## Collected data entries
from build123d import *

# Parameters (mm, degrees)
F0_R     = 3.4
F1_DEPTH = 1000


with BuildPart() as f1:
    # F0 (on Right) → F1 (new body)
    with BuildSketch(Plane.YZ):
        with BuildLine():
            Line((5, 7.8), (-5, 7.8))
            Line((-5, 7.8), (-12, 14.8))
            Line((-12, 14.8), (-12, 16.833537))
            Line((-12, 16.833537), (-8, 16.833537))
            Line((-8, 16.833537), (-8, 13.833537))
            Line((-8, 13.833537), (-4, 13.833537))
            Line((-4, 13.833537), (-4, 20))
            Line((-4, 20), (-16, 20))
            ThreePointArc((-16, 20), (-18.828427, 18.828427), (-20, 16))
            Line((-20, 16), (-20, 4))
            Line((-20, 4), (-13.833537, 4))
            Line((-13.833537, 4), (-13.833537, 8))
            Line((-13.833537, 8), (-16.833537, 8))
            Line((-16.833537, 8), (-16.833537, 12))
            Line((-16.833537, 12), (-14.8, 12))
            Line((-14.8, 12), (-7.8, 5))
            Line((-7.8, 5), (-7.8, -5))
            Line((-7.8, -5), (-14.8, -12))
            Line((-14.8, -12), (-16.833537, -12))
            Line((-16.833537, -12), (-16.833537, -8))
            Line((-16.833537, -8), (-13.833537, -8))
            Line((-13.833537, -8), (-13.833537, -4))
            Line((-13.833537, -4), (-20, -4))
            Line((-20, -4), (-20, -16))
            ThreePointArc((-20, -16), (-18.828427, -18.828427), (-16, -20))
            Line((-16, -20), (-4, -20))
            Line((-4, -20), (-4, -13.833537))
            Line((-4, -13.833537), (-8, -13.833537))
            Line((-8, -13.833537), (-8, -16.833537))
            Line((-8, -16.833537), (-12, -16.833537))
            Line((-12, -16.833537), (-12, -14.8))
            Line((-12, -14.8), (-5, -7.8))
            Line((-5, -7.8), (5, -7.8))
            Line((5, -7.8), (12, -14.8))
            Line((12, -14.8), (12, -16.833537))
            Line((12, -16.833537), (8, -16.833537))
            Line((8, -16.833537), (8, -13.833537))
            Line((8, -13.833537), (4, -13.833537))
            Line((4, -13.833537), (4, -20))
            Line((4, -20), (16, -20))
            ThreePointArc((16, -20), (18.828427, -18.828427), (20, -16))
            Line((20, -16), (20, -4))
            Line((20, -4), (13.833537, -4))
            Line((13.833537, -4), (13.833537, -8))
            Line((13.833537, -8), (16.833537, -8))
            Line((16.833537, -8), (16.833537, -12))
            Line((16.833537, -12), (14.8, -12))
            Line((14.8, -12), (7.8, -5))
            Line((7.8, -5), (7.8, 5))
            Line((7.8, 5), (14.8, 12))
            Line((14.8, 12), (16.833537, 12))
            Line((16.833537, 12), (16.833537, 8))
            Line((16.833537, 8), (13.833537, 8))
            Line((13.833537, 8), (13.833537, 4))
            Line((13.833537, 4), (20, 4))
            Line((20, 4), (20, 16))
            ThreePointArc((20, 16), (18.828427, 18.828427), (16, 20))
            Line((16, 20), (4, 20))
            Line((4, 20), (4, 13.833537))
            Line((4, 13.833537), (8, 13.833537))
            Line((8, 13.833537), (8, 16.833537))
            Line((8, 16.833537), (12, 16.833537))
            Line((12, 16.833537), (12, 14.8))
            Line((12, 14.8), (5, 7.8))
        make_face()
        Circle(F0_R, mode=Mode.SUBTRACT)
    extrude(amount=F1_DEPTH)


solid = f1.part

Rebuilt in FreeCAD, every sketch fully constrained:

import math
import FreeCAD as App
import Part
import Sketcher
Q = App.Units.Quantity

doc = App.newDocument("Part")
body = doc.addObject("PartDesign::Body", "Body")

# Sketch on YZ plane
sketch1 = body.newObject("Sketcher::SketchObject", "Sketch")
sketch1.AttachmentSupport = (doc.getObject("YZ_Plane"), [""])
sketch1.MapMode = "FlatFace"
sketch1.addGeometry(Part.LineSegment(App.Vector(5, 7.8, 0), App.Vector(-5, 7.8, 0)), False)
sketch1.addGeometry(Part.LineSegment(App.Vector(-5, 7.8, 0), App.Vector(-12, 14.8, 0)), False)
sketch1.addGeometry(Part.LineSegment(App.Vector(-12, 14.8, 0), App.Vector(-12, 16.8, 0)), False)
sketch1.addGeometry(Part.LineSegment(App.Vector(-12, 16.8, 0), App.Vector(-8, 16.8, 0)), False)
sketch1.addGeometry(Part.LineSegment(App.Vector(-8, 16.8, 0), App.Vector(-8, 13.8, 0)), False)
sketch1.addGeometry(Part.LineSegment(App.Vector(-8, 13.8, 0), App.Vector(-4, 13.8, 0)), False)
sketch1.addGeometry(Part.LineSegment(App.Vector(-4, 13.8, 0), App.Vector(-4, 20, 0)), False)
sketch1.addGeometry(Part.LineSegment(App.Vector(-4, 20, 0), App.Vector(-16, 20, 0)), False)
sketch1.addGeometry(Part.ArcOfCircle(Part.Circle(App.Vector(-16, 16, 0), App.Vector(0, 0, 1), 4), math.radians(90), math.radians(180)), False)
sketch1.addGeometry(Part.LineSegment(App.Vector(-20, 16, 0), App.Vector(-20, 4, 0)), False)
sketch1.addGeometry(Part.LineSegment(App.Vector(-20, 4, 0), App.Vector(-13.8, 4, 0)), False)
sketch1.addGeometry(Part.LineSegment(App.Vector(-13.8, 4, 0), App.Vector(-13.8, 8, 0)), False)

## Brief
Every line above from the line with "Line((7.8, 5), (14.8, 12))" to the line with "Rebuilt in FreeCAD, every" is wanted, ends included; write them out exactly and add no other line.

## Solution for this exercise
            Line((7.8, 5), (14.8, 12))
            Line((14.8, 12), (16.833537, 12))
            Line((16.833537, 12), (16.833537, 8))
            Line((16.833537, 8), (13.833537, 8))
            Line((13.833537, 8), (13.833537, 4))
            Line((13.833537, 4), (20, 4))
            Line((20, 4), (20, 16))
            ThreePointArc((20, 16), (18.828427, 18.828427), (16, 20))
            Line((16, 20), (4, 20))
            Line((4, 20), (4, 13.833537))
            Line((4, 13.833537), (8, 13.833537))
            Line((8, 13.833537), (8, 16.833537))
            Line((8, 16.833537), (12, 16.833537))
            Line((12, 16.833537), (12, 14.8))
            Line((12, 14.8), (5, 7.8))
        make_face()
        Circle(F0_R, mode=Mode.SUBTRACT)
    extrude(amount=F1_DEPTH)


solid = f1.part

Rebuilt in FreeCAD, every sketch fully constrained:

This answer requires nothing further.